Required action: Look through the records below for the line with "f 121 126 125" and the line with "f 4 141 142", then return those lines and all lines between, exactly.

*** Exercise materials Section Begins ***

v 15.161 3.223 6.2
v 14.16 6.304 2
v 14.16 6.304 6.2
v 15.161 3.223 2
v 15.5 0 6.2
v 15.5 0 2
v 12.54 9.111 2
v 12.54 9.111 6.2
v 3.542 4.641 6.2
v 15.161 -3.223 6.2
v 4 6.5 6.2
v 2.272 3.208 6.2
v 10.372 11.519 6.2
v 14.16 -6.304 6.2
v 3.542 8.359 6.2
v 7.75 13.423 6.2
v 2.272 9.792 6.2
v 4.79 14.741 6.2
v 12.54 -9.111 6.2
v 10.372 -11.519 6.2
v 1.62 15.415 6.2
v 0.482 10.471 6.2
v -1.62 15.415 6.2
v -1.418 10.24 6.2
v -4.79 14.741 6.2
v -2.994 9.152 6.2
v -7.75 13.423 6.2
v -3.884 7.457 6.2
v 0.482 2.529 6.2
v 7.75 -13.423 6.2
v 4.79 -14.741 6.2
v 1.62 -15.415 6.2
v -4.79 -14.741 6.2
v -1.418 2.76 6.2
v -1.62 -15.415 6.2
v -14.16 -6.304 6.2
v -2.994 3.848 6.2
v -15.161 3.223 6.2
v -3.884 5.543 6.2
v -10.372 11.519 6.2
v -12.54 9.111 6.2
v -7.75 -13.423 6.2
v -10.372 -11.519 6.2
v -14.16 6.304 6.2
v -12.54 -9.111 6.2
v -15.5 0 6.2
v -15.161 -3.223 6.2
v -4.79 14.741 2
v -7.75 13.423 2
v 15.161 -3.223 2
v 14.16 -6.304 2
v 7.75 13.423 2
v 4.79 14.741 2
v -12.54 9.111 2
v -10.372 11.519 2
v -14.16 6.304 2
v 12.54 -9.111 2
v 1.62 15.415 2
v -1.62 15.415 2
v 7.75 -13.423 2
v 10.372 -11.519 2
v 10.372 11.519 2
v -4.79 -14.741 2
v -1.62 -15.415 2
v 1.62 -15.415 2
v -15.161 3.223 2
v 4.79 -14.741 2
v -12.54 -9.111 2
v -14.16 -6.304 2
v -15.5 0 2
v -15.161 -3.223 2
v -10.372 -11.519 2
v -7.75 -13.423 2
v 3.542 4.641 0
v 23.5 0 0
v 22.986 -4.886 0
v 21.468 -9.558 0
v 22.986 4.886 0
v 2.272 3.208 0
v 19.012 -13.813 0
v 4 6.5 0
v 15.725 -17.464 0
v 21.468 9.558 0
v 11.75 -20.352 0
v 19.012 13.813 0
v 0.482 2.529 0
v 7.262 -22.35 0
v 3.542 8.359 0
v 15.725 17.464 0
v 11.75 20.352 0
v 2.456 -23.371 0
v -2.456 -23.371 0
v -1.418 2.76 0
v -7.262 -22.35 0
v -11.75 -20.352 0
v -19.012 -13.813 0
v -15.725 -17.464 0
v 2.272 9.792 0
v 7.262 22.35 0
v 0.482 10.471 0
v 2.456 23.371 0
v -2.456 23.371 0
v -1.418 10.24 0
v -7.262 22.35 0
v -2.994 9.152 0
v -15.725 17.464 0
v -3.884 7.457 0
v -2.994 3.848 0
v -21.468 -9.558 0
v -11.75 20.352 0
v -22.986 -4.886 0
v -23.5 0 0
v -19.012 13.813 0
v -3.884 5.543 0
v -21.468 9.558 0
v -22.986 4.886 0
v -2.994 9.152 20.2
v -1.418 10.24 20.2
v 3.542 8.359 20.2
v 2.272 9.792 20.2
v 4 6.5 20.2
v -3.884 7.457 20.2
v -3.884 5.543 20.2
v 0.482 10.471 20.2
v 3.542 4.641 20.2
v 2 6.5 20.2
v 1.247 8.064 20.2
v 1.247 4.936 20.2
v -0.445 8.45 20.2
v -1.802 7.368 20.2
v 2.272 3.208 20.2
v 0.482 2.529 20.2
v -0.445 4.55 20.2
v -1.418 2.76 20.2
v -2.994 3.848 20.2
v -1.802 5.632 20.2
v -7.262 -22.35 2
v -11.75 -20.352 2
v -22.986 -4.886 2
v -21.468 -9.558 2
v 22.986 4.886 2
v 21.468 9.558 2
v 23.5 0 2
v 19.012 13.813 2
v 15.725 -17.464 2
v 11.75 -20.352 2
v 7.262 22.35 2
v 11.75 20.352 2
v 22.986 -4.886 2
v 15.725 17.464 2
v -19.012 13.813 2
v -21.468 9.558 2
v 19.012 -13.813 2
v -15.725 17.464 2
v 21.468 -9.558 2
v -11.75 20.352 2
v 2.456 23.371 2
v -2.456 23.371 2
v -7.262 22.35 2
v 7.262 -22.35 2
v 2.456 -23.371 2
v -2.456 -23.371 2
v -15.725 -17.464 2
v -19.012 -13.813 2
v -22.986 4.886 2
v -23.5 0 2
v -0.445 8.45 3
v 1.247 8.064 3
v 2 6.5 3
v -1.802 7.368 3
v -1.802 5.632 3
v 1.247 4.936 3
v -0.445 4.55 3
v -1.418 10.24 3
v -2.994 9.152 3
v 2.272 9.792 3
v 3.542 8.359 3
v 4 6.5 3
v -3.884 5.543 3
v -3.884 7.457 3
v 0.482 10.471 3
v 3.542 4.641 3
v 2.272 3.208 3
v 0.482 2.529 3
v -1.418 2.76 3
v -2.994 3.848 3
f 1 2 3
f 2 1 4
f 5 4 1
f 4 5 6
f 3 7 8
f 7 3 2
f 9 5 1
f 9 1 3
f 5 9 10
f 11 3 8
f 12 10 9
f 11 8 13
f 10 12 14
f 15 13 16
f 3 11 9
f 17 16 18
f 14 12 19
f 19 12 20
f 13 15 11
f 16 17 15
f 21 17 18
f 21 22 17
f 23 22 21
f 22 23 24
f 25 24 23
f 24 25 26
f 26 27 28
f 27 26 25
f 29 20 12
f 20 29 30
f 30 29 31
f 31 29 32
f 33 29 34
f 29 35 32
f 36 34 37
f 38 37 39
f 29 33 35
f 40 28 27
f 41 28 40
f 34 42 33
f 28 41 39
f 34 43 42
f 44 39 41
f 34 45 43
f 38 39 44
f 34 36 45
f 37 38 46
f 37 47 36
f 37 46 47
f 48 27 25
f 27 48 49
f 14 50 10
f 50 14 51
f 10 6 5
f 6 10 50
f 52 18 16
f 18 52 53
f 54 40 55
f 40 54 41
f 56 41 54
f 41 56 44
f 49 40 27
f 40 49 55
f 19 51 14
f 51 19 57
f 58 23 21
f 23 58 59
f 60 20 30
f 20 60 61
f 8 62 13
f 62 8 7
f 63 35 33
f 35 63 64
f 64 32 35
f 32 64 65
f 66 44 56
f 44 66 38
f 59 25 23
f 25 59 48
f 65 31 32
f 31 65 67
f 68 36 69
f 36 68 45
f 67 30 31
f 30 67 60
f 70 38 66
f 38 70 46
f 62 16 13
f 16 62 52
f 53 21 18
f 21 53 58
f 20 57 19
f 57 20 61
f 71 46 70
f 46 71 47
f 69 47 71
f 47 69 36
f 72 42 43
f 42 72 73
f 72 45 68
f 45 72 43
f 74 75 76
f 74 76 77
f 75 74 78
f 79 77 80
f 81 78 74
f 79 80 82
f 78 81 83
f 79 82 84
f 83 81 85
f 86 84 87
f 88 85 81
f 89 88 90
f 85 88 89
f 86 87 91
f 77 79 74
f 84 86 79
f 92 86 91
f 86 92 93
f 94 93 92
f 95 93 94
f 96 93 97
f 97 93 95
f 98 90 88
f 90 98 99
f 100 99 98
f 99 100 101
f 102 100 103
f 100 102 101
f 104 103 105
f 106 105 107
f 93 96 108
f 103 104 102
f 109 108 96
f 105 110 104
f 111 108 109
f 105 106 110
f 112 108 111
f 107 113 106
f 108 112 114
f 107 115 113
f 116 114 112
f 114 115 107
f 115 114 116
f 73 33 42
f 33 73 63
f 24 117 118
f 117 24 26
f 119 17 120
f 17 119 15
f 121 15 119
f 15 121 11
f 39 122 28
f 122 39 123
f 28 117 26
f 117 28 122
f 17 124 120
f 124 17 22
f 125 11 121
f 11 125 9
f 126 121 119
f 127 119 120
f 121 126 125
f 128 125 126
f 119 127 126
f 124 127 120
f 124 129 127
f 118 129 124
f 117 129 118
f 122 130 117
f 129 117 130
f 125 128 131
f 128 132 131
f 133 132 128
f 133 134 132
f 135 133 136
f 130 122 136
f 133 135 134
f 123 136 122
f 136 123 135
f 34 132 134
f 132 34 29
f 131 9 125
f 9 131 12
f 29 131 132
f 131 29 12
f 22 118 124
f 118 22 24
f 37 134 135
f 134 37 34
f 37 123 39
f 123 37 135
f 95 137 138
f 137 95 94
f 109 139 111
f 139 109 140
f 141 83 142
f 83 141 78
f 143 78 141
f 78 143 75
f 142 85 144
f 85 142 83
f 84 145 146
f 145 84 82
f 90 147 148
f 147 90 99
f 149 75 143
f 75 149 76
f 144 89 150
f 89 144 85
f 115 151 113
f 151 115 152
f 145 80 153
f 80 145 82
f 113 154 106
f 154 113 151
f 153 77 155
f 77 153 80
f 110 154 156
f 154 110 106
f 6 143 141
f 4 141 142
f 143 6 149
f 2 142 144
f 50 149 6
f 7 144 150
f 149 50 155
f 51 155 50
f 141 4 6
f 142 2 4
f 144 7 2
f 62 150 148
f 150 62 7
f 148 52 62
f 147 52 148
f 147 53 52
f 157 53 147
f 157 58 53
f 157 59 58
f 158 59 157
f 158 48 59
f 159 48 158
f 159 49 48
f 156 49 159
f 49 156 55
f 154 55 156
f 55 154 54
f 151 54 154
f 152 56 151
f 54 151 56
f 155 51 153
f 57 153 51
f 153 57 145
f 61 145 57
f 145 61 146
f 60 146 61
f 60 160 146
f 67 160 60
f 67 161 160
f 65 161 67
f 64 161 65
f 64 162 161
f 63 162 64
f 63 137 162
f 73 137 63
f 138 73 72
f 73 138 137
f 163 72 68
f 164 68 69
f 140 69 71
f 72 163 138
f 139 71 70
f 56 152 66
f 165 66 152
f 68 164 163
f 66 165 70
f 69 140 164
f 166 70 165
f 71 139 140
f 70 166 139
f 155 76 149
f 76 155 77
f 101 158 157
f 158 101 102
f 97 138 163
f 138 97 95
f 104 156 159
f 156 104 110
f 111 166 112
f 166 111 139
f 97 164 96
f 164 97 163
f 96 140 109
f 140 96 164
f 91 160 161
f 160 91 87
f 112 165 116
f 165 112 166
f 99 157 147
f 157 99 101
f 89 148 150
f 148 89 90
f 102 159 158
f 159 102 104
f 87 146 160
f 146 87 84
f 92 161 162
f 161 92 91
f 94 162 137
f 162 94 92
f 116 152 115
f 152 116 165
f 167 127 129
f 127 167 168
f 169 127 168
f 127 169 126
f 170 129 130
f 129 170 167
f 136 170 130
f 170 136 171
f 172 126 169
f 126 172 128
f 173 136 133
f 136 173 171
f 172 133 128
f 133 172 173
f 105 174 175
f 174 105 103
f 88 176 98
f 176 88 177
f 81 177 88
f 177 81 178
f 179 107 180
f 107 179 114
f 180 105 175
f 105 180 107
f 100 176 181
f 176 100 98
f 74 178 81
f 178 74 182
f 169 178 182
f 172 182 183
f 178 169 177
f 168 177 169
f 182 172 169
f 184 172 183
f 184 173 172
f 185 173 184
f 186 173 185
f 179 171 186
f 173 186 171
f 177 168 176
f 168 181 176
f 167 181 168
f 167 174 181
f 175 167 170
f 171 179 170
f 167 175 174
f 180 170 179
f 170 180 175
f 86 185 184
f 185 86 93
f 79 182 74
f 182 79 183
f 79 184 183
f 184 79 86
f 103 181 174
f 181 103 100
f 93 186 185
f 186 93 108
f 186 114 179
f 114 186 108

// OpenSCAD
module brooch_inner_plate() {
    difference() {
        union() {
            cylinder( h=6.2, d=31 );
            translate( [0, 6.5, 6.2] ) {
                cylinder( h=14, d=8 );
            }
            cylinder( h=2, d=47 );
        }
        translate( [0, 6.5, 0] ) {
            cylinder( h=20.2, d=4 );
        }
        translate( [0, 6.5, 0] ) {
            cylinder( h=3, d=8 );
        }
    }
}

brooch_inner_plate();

*** Exercise materials Section Ends ***

Answer to this problem:
f 121 126 125
f 128 125 126
f 119 127 126
f 124 127 120
f 124 129 127
f 118 129 124
f 117 129 118
f 122 130 117
f 129 117 130
f 125 128 131
f 128 132 131
f 133 132 128
f 133 134 132
f 135 133 136
f 130 122 136
f 133 135 134
f 123 136 122
f 136 123 135
f 34 132 134
f 132 34 29
f 131 9 125
f 9 131 12
f 29 131 132
f 131 29 12
f 22 118 124
f 118 22 24
f 37 134 135
f 134 37 34
f 37 123 39
f 123 37 135
f 95 137 138
f 137 95 94
f 109 139 111
f 139 109 140
f 141 83 142
f 83 141 78
f 143 78 141
f 78 143 75
f 142 85 144
f 85 142 83
f 84 145 146
f 145 84 82
f 90 147 148
f 147 90 99
f 149 75 143
f 75 149 76
f 144 89 150
f 89 144 85
f 115 151 113
f 151 115 152
f 145 80 153
f 80 145 82
f 113 154 106
f 154 113 151
f 153 77 155
f 77 153 80
f 110 154 156
f 154 110 106
f 6 143 141
f 4 141 142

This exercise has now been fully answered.